Supplied records START

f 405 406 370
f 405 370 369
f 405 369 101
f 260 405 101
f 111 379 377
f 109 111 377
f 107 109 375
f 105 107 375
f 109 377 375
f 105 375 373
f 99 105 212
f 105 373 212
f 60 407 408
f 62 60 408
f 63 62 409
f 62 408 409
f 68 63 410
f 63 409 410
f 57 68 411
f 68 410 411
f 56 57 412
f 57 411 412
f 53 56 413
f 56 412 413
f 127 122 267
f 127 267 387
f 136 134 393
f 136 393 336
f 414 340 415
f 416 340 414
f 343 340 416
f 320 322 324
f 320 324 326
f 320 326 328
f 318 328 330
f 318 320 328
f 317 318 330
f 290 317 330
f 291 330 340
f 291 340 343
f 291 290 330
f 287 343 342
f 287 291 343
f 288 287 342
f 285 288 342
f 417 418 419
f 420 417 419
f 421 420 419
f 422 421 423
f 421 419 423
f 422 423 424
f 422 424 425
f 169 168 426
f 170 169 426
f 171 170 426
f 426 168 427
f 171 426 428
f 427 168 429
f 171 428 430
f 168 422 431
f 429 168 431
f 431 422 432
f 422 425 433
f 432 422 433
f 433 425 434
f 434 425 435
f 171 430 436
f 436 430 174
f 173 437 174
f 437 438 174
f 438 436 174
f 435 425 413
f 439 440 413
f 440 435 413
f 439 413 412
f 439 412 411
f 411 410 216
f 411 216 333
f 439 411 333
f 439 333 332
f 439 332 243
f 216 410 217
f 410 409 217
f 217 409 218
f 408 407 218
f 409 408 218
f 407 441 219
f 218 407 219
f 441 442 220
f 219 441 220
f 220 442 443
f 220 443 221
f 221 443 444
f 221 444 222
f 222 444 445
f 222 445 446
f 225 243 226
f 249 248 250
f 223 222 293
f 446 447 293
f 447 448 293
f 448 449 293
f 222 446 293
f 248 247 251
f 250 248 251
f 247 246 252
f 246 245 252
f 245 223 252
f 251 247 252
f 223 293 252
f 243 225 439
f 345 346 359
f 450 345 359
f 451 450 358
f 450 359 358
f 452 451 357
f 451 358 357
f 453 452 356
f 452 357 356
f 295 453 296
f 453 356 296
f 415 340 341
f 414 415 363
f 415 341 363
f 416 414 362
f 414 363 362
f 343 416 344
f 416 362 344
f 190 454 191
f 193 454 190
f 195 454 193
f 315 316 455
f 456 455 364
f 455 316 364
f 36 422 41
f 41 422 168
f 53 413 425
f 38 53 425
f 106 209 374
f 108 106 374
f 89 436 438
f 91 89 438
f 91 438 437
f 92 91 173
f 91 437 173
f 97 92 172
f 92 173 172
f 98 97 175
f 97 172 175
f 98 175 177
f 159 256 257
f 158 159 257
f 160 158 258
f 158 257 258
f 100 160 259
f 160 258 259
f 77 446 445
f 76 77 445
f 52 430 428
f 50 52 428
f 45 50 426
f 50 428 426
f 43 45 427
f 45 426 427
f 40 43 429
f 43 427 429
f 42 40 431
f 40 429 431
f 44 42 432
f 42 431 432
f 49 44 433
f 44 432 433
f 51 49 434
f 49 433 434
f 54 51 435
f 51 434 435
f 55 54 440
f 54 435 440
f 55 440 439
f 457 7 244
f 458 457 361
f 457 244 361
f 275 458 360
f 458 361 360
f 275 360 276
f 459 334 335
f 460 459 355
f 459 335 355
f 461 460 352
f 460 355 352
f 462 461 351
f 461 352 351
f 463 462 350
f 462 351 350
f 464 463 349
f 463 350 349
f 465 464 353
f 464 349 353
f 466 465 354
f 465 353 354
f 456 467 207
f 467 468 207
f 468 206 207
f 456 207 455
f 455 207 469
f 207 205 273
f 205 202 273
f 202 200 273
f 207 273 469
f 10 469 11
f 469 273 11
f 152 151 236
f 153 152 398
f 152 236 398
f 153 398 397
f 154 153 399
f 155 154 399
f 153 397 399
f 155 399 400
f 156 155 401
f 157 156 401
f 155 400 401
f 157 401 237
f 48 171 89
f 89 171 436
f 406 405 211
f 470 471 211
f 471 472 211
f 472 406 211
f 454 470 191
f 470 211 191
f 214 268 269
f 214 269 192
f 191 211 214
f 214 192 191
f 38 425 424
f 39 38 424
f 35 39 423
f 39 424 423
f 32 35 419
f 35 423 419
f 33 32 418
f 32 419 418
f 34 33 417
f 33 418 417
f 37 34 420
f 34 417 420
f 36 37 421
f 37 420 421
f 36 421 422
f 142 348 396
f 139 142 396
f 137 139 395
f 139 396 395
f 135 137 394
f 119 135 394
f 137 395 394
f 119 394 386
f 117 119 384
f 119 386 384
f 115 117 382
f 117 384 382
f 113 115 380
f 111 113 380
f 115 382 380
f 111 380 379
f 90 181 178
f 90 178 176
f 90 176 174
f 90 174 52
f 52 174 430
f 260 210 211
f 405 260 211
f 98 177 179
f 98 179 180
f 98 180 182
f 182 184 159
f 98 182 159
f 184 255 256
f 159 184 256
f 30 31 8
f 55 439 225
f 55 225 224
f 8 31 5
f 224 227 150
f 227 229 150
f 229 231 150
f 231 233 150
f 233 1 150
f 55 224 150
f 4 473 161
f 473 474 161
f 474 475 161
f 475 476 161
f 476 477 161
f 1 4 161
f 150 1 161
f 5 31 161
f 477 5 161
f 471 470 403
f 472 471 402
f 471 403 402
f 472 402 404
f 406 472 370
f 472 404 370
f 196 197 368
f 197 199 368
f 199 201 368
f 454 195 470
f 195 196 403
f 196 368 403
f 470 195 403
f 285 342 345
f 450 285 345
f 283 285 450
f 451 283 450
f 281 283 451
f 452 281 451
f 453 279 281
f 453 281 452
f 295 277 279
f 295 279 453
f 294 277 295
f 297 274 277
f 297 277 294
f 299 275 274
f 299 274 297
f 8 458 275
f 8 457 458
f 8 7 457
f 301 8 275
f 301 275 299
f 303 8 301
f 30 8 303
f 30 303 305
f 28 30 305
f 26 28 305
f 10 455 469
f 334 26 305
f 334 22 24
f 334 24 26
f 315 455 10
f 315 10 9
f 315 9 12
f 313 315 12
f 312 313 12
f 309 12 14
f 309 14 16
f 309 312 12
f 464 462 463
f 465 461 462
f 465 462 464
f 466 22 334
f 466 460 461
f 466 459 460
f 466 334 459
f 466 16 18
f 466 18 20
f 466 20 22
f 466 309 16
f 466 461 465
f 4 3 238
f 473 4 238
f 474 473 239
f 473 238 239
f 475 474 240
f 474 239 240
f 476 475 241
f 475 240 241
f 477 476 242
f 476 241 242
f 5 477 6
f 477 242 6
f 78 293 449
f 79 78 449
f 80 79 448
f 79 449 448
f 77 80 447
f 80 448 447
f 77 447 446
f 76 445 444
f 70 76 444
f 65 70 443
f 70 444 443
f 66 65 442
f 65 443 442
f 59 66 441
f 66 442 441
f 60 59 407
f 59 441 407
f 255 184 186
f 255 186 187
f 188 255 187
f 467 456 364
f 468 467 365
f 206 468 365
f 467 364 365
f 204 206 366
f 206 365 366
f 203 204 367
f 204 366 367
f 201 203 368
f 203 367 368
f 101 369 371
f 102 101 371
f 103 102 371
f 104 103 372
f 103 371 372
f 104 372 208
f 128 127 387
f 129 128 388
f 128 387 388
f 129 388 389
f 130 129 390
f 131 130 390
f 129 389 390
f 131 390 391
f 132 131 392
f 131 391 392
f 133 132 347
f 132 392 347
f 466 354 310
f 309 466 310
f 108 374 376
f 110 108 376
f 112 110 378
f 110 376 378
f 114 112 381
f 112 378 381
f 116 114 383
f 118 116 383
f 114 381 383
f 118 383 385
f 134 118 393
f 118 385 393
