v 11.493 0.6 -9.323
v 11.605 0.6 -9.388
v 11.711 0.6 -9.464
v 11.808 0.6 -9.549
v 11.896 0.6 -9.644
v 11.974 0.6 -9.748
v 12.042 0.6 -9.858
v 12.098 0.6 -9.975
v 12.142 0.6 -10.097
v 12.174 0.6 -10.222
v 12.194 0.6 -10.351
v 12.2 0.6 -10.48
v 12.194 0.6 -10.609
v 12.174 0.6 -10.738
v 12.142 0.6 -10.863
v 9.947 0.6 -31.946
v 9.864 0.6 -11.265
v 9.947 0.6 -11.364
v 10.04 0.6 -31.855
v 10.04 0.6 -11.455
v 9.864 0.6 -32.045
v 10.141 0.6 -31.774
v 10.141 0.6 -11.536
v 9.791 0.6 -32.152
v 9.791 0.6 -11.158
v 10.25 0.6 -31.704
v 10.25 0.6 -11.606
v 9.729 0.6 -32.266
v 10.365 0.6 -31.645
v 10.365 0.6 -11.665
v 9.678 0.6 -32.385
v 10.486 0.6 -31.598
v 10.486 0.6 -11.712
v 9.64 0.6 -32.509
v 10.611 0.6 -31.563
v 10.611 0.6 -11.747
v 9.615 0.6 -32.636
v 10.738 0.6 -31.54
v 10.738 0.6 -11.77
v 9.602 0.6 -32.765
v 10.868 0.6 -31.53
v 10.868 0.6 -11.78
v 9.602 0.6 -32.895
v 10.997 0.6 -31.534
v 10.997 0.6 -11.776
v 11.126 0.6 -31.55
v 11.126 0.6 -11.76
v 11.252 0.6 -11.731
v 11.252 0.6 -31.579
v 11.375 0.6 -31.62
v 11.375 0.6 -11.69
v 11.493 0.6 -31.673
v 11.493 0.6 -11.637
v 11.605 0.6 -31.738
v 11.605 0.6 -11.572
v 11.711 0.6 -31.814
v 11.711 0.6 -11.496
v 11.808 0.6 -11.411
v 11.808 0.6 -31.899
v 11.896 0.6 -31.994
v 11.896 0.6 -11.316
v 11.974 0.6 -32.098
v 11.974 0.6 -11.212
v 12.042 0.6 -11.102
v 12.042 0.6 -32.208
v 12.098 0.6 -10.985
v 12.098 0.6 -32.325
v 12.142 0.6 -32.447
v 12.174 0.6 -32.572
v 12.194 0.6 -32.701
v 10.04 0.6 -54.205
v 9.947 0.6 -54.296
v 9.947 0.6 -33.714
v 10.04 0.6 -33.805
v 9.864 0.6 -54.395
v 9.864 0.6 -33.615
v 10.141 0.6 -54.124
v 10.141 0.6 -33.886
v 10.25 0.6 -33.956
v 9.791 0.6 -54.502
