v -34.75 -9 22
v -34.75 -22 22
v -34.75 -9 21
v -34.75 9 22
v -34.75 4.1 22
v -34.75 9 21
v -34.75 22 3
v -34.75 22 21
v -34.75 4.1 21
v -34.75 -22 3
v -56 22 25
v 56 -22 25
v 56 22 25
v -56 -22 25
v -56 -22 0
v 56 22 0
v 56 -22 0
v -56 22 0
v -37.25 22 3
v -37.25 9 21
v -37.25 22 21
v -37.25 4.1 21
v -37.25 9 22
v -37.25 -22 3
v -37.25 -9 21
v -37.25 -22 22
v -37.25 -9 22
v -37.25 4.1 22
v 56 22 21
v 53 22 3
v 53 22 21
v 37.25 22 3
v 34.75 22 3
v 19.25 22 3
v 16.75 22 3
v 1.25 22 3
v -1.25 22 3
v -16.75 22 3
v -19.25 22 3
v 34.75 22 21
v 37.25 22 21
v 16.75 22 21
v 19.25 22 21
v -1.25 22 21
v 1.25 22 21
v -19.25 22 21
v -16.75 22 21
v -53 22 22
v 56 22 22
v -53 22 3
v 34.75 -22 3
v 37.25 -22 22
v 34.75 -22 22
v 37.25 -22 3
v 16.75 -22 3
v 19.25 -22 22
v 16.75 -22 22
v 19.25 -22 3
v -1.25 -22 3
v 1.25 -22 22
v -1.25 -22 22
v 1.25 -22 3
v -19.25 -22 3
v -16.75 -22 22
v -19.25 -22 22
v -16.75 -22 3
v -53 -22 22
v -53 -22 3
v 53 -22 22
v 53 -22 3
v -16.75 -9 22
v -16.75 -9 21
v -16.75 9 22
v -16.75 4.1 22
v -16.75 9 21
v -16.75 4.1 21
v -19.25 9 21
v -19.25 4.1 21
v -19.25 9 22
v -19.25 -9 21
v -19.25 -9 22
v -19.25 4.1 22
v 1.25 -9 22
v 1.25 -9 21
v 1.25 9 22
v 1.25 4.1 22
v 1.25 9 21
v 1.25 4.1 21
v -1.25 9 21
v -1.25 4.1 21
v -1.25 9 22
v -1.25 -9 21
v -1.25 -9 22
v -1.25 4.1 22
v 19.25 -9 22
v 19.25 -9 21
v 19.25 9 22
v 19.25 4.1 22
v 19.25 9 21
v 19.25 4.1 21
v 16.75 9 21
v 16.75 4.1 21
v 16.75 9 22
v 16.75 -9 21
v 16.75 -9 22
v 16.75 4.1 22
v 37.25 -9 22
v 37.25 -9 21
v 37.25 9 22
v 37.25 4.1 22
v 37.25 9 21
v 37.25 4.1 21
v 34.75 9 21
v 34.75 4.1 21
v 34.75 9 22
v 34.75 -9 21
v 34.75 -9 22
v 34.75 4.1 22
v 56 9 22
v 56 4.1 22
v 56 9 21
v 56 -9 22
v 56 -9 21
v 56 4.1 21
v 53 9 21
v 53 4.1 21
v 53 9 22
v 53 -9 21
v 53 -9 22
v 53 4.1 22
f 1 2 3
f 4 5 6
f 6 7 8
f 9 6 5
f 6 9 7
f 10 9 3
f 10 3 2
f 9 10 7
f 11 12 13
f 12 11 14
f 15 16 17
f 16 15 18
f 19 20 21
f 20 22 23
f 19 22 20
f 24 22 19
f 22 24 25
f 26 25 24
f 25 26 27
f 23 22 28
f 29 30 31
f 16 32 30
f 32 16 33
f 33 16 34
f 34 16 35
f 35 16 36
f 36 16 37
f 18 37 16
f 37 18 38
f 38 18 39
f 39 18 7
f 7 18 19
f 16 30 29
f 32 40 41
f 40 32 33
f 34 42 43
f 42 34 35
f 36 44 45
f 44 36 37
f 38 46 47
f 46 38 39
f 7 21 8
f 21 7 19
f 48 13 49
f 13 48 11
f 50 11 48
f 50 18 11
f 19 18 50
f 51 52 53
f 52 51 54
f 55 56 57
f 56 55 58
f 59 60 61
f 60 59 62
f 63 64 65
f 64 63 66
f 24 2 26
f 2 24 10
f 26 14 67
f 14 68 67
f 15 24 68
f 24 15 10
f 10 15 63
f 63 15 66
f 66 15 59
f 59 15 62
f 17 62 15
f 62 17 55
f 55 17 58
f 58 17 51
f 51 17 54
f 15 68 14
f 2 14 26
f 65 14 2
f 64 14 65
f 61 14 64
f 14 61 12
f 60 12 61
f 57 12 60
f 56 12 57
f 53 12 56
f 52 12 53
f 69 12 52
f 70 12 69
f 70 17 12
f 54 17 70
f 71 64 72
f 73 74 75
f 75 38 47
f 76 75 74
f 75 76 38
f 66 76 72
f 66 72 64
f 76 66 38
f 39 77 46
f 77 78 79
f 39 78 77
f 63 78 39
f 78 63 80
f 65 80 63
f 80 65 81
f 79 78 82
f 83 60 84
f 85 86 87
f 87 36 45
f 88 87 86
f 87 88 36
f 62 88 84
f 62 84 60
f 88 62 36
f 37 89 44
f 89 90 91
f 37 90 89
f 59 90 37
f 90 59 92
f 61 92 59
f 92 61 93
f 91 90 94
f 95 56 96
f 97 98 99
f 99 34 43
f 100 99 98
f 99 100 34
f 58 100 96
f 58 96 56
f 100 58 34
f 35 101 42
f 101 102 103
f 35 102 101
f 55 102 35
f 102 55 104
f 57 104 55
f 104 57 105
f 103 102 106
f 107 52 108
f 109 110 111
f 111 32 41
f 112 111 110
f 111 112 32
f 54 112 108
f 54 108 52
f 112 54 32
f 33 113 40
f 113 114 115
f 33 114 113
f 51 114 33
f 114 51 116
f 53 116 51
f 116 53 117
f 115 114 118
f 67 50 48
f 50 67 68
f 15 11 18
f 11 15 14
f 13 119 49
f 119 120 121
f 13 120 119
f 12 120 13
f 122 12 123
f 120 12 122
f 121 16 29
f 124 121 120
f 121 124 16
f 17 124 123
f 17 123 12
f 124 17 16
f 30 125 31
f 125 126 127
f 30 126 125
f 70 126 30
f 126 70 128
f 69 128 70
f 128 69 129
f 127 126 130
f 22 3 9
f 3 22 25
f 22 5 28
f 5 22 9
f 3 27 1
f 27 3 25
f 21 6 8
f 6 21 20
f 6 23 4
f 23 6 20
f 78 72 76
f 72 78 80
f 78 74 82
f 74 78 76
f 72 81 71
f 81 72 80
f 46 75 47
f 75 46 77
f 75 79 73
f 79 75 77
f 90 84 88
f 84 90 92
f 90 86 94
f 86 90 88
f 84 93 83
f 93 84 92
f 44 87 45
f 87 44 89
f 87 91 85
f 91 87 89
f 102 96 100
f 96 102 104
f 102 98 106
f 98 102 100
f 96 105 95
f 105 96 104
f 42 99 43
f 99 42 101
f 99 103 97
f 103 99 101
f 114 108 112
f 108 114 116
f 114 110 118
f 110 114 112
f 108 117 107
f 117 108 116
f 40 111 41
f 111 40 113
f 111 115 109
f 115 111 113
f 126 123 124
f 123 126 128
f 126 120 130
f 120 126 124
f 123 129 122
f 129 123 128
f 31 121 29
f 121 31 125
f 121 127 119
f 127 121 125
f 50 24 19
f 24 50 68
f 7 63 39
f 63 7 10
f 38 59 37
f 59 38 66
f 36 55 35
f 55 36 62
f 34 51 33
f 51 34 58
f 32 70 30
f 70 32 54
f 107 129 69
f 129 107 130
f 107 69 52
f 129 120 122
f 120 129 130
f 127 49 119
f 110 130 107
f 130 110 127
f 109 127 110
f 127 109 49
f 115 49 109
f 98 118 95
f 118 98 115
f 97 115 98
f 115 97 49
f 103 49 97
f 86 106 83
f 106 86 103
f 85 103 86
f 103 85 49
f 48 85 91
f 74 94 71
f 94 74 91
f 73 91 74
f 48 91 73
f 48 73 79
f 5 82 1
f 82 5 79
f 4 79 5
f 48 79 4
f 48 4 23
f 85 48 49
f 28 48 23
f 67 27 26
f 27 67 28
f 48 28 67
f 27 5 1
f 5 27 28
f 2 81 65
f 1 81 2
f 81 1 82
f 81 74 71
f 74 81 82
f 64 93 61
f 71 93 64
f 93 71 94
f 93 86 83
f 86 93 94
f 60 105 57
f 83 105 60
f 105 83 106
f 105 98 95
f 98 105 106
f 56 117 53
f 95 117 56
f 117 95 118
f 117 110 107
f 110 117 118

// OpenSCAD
// --- Dimensions ---
base_width_x = 112;          // Total width of the base plate (X)
base_depth_y = 44;           // Total depth of the base plate (Y)
base_thickness = 3;          // Thickness of the base plate (Z)

deck_width_x = 112;           // Total width of the deck plate (X)
deck_depth_y = 44;           // Total depth of the deck plate (Y)
deck_thickness = 3;          // Thickness of the deck plate (Z)
deck_z_bottom = 22;          // Z-coordinate of the bottom of the deck
deck_z_top = 25;             // Z-coordinate of the top of the deck

end_wall_thickness = 3;      // Thickness of the two end walls
rib_thickness = 2.5;         // Thickness of the five internal ribs
wall_height = 25;            // Total height of the walls (Z)

hole_size = 13;              // Dimension of the square cuvette holes
hole_spacing_x = 18;         // Center-to-center spacing along X
hole_spacing_y = 18;         // Center-to-center spacing along Y
rows = 2;                    // Number of rows along Y
cols = 6;                    // Number of columns along X

// --- Constants ---
$fn = 64;

// --- Helper Modules ---

// Function to calculate the center of the hole grid to ensure it is centered on the deck
// The grid is (cols-1)*spacing_x wide and (rows-1)*spacing_y deep.
// We calculate the offset to center this grid on the origin.
function get_hole_x(col_idx) = (col_idx - (cols - 1) / 2) * hole_spacing_x;
function get_hole_y(row_idx) = (row_idx - (rows - 1) / 2) * hole_spacing_y;

// --- Main Construction ---

union() {
    // 1. Base Plate
    translate([-base_width_x/2, -base_depth_y/2, 0])
        cube([base_width_x, base_depth_y, base_thickness]);

    // 2. Deck Plate
    translate([-deck_width_x/2, -deck_depth_y/2, deck_z_bottom])
        cube([deck_width_x, deck_depth_y, deck_thickness]);

    // 3. Vertical Walls and Ribs
    difference() {
        // The solid structure of the walls
        union() {
            // Two end walls (flush with short ends)
            translate([-base_width_x/2, -base_depth_y/2, 0])
                cube([end_wall_thickness, base_depth_y, wall_height]);
            
            translate([base_width_x/2 - end_wall_thickness, -base_depth_y/2, 0])
                cube([end_wall_thickness, base_depth_y, wall_height]);

            // Five internal ribs
            // Rib positions: -36, -18, 0, 18, 36
            for (rx = [-36, -18, 0, 18, 36]) {
                translate([rx - rib_thickness/2, -base_depth_y/2, 0])
                    cube([rib_thickness, base_depth_y, wall_height]);
            }
        }

        // 4. The 12 Square Through-Holes in the Deck
        // We only subtract from the deck plate area.
        // To ensure clean cuts, we use a slightly larger cube for the subtraction.
        for (i = [0 : cols - 1]) {
            for (j = [0 : rows - 1]) {
                translate([get_hole_x(i), get_hole_y(j), deck_z_bottom - 1])
                    cube([hole_size + 0.1, hole_size + 0.1, deck_thickness + 2]);
            }
        }
    }
}

// Note: The design is open-sided (front and back) as requested.
// The holes are cut through the deck plate.
// The walls are continuous from Z=0 to Z=25.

Supplied records END

▸ Exercise brief:
Only the lines above from the one with "f 98 97 175" up to and including the one with "f 184 255 256" should be repeated, exactly as written.

▸ Result of this exercise:
f 98 97 175
f 97 172 175
f 98 175 177
f 159 256 257
f 158 159 257
f 160 158 258
f 158 257 258
f 100 160 259
f 160 258 259
f 77 446 445
f 76 77 445
f 52 430 428
f 50 52 428
f 45 50 426
f 50 428 426
f 43 45 427
f 45 426 427
f 40 43 429
f 43 427 429
f 42 40 431
f 40 429 431
f 44 42 432
f 42 431 432
f 49 44 433
f 44 432 433
f 51 49 434
f 49 433 434
f 54 51 435
f 51 434 435
f 55 54 440
f 54 435 440
f 55 440 439
f 457 7 244
f 458 457 361
f 457 244 361
f 275 458 360
f 458 361 360
f 275 360 276
f 459 334 335
f 460 459 355
f 459 335 355
f 461 460 352
f 460 355 352
f 462 461 351
f 461 352 351
f 463 462 350
f 462 351 350
f 464 463 349
f 463 350 349
f 465 464 353
f 464 349 353
f 466 465 354
f 465 353 354
f 456 467 207
f 467 468 207
f 468 206 207
f 456 207 455
f 455 207 469
f 207 205 273
f 205 202 273
f 202 200 273
f 207 273 469
f 10 469 11
f 469 273 11
f 152 151 236
f 153 152 398
f 152 236 398
f 153 398 397
f 154 153 399
f 155 154 399
f 153 397 399
f 155 399 400
f 156 155 401
f 157 156 401
f 155 400 401
f 157 401 237
f 48 171 89
f 89 171 436
f 406 405 211
f 470 471 211
f 471 472 211
f 472 406 211
f 454 470 191
f 470 211 191
f 214 268 269
f 214 269 192
f 191 211 214
f 214 192 191
f 38 425 424
f 39 38 424
f 35 39 423
f 39 424 423
f 32 35 419
f 35 423 419
f 33 32 418
f 32 419 418
f 34 33 417
f 33 418 417
f 37 34 420
f 34 417 420
f 36 37 421
f 37 420 421
f 36 421 422
f 142 348 396
f 139 142 396
f 137 139 395
f 139 396 395
f 135 137 394
f 119 135 394
f 137 395 394
f 119 394 386
f 117 119 384
f 119 386 384
f 115 117 382
f 117 384 382
f 113 115 380
f 111 113 380
f 115 382 380
f 111 380 379
f 90 181 178
f 90 178 176
f 90 176 174
f 90 174 52
f 52 174 430
f 260 210 211
f 405 260 211
f 98 177 179
f 98 179 180
f 98 180 182
f 182 184 159
f 98 182 159
f 184 255 256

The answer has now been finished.